▶ _Try it_:
Work out how many lines of the material below mention the word "CIRCLE"; reply with the number only.

▶ _Records_:
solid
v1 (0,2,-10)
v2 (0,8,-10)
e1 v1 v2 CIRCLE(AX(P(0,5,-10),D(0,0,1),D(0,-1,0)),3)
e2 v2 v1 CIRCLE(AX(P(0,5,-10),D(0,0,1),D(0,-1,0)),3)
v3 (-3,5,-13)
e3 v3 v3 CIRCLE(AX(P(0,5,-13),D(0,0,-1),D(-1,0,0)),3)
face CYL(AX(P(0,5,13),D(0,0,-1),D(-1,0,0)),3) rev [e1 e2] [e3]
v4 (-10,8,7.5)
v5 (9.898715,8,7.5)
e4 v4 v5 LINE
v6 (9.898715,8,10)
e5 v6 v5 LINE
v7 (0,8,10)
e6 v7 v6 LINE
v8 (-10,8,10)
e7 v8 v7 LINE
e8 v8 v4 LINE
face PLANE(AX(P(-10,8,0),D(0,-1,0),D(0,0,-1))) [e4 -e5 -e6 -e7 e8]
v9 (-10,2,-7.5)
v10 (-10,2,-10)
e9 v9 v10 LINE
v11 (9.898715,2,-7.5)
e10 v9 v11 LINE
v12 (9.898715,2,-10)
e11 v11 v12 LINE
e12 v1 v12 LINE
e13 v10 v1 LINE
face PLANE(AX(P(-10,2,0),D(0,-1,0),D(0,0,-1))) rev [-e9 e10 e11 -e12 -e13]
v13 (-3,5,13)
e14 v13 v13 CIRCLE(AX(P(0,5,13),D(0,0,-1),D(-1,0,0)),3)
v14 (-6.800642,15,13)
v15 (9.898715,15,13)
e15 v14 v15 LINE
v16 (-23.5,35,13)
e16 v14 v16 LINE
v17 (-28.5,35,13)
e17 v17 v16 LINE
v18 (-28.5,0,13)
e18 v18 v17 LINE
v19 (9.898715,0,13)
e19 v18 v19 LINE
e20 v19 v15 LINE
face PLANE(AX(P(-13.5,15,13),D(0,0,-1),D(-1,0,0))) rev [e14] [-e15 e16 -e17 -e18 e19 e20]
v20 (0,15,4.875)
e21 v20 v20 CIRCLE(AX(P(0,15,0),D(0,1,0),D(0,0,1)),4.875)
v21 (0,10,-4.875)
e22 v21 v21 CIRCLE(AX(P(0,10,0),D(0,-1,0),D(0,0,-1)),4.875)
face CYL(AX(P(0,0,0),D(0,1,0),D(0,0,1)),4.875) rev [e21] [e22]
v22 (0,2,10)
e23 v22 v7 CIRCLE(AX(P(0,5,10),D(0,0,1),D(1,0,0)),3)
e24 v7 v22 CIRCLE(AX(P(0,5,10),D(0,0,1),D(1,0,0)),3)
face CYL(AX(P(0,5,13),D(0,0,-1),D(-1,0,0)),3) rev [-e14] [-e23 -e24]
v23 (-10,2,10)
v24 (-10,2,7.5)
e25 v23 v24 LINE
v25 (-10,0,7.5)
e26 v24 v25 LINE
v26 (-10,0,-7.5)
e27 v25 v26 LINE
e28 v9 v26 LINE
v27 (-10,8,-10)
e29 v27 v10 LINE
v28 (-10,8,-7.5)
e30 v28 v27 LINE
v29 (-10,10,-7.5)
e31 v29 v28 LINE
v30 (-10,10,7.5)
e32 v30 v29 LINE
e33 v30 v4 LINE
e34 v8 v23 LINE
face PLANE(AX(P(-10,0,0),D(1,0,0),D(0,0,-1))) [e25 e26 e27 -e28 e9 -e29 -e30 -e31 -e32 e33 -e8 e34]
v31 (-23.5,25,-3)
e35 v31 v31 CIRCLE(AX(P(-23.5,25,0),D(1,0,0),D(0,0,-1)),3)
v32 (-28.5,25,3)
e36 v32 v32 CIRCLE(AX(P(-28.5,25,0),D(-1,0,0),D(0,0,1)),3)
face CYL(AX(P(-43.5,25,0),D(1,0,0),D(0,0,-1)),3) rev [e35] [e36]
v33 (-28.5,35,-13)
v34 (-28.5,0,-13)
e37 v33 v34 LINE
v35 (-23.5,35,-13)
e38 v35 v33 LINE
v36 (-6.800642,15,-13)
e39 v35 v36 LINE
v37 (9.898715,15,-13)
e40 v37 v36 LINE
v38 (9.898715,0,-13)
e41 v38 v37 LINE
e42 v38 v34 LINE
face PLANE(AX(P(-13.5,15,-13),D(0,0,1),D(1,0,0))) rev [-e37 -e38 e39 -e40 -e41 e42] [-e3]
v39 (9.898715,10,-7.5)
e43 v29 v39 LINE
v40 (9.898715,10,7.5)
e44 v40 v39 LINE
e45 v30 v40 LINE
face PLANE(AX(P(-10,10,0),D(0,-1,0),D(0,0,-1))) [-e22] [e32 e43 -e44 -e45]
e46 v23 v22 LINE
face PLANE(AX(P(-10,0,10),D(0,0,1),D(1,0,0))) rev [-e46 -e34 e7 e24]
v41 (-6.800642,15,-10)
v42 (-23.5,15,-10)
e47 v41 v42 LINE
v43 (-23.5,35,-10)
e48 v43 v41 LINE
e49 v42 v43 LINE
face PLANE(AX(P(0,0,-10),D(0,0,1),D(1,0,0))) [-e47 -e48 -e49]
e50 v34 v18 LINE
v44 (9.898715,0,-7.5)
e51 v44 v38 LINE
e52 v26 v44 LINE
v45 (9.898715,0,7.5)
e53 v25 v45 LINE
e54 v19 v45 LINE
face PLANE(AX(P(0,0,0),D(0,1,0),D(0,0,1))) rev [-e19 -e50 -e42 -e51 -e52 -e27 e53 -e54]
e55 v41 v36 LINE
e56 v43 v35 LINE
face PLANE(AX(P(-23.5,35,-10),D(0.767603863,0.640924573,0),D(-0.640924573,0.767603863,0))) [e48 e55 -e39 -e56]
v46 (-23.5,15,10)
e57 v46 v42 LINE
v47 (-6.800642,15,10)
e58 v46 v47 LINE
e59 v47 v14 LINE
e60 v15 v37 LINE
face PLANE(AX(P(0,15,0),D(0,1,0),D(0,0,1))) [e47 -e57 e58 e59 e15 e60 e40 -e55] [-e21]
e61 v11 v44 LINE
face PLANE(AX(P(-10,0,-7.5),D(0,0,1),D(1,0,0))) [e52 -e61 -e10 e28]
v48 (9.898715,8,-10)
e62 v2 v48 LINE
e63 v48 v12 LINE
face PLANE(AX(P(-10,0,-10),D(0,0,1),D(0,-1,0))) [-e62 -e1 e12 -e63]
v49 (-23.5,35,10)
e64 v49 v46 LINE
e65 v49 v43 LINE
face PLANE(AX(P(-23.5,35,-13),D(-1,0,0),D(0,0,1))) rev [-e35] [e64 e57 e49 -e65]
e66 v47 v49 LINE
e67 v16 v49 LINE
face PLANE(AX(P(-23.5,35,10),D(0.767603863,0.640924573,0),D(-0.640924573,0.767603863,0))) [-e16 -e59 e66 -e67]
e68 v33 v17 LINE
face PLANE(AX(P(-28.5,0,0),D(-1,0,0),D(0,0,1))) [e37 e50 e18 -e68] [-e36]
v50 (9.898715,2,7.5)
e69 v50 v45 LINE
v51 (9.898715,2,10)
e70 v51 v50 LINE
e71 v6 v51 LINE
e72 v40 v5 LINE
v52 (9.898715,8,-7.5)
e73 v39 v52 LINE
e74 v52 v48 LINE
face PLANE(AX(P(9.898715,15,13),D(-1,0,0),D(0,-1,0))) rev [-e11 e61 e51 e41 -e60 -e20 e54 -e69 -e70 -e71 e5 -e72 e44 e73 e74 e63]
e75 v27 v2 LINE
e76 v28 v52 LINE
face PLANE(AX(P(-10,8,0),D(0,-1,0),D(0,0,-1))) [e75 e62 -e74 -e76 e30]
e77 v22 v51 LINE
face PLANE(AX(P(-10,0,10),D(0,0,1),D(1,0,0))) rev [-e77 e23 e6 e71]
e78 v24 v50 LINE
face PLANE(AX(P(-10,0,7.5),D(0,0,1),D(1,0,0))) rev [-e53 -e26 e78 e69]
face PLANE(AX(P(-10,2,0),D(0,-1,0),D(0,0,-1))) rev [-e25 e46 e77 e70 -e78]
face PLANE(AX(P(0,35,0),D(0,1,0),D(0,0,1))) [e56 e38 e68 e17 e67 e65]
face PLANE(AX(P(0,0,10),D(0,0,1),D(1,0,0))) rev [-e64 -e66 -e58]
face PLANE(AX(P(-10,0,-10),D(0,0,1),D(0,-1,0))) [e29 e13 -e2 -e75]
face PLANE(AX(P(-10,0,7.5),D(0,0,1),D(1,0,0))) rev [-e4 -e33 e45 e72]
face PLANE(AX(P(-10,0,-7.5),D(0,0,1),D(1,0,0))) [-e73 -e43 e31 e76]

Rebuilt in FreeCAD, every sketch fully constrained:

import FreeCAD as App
import Part
import Sketcher


def add_polygon(sketch, points):
    """Adds a closed chain of lines whose ends are joined by coincident constraints."""
    first, n = sketch.GeometryCount, len(points)
    for a, b in zip(points, points[1:] + points[:1]):
        sketch.addGeometry(Part.LineSegment(App.Vector(*a, 0), App.Vector(*b, 0)), False)
    for i in range(n):
        sketch.addConstraint(Sketcher.Constraint("Coincident", first + i, 2, first + (i + 1) % n, 1))

doc = App.newDocument("Part")
body = doc.addObject("PartDesign::Body", "Body")

sketch1 = body.newObject("Sketcher::SketchObject", "Sketch")
sketch1.AttachmentSupport = (doc.getObject("XZ_Plane"), [""])
sketch1.MapMode = "FlatFace"
add_polygon(sketch1, [(-14, -13), (-14, 13), (14, 13), (14, -13)])
sketch1.addConstraint([
    Sketcher.Constraint("Vertical", 0),
    Sketcher.Constraint("Horizontal", 1),
    Sketcher.Constraint("Vertical", 2),
    Sketcher.Constraint("Horizontal", 3),
    Sketcher.Constraint("Symmetric", 0, 2, 2, 2, -1, 1),
    Sketcher.Constraint("DistanceX", 1, 1, 1, 2, 27.0),
    Sketcher.Constraint("DistanceY", 0, 1, 0, 2, 26.0),
])
pad1 = body.newObject("PartDesign::Pad", "Pad")
pad1.Profile = sketch1
pad1.Length = 15
pad1.Reversed = True

sketch2 = body.newObject("Sketcher::SketchObject", "Sketch001")
sketch2.AttachmentSupport = (doc.getObject("YZ_Plane"), [""])
sketch2.MapMode = "FlatFace"
sketch2.AttachmentOffset = App.Placement(App.Vector(0, 0, 13.5), App.Rotation())
add_polygon(sketch2, [(2, 10), (2, 7.5), (0, 7.5), (0, -7.5), (2, -7.5), (2, -10), (8, -10), (8, -7.5), (10, -7.5), (10, 7.5), (8, 7.5), (8, 10)])
sketch2.addConstraint([
    Sketcher.Constraint("Vertical", 0),
    Sketcher.Constraint("Horizontal", 1),
    Sketcher.Constraint("Vertical", 2),
    Sketcher.Constraint("Horizontal", 3),
    Sketcher.Constraint("Vertical", 4),
    Sketcher.Constraint("Horizontal", 5),
    Sketcher.Constraint("Vertical", 6),
    Sketcher.Constraint("Horizontal", 7),
    Sketcher.Constraint("Vertical", 8),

▶ _Output for this task_:
10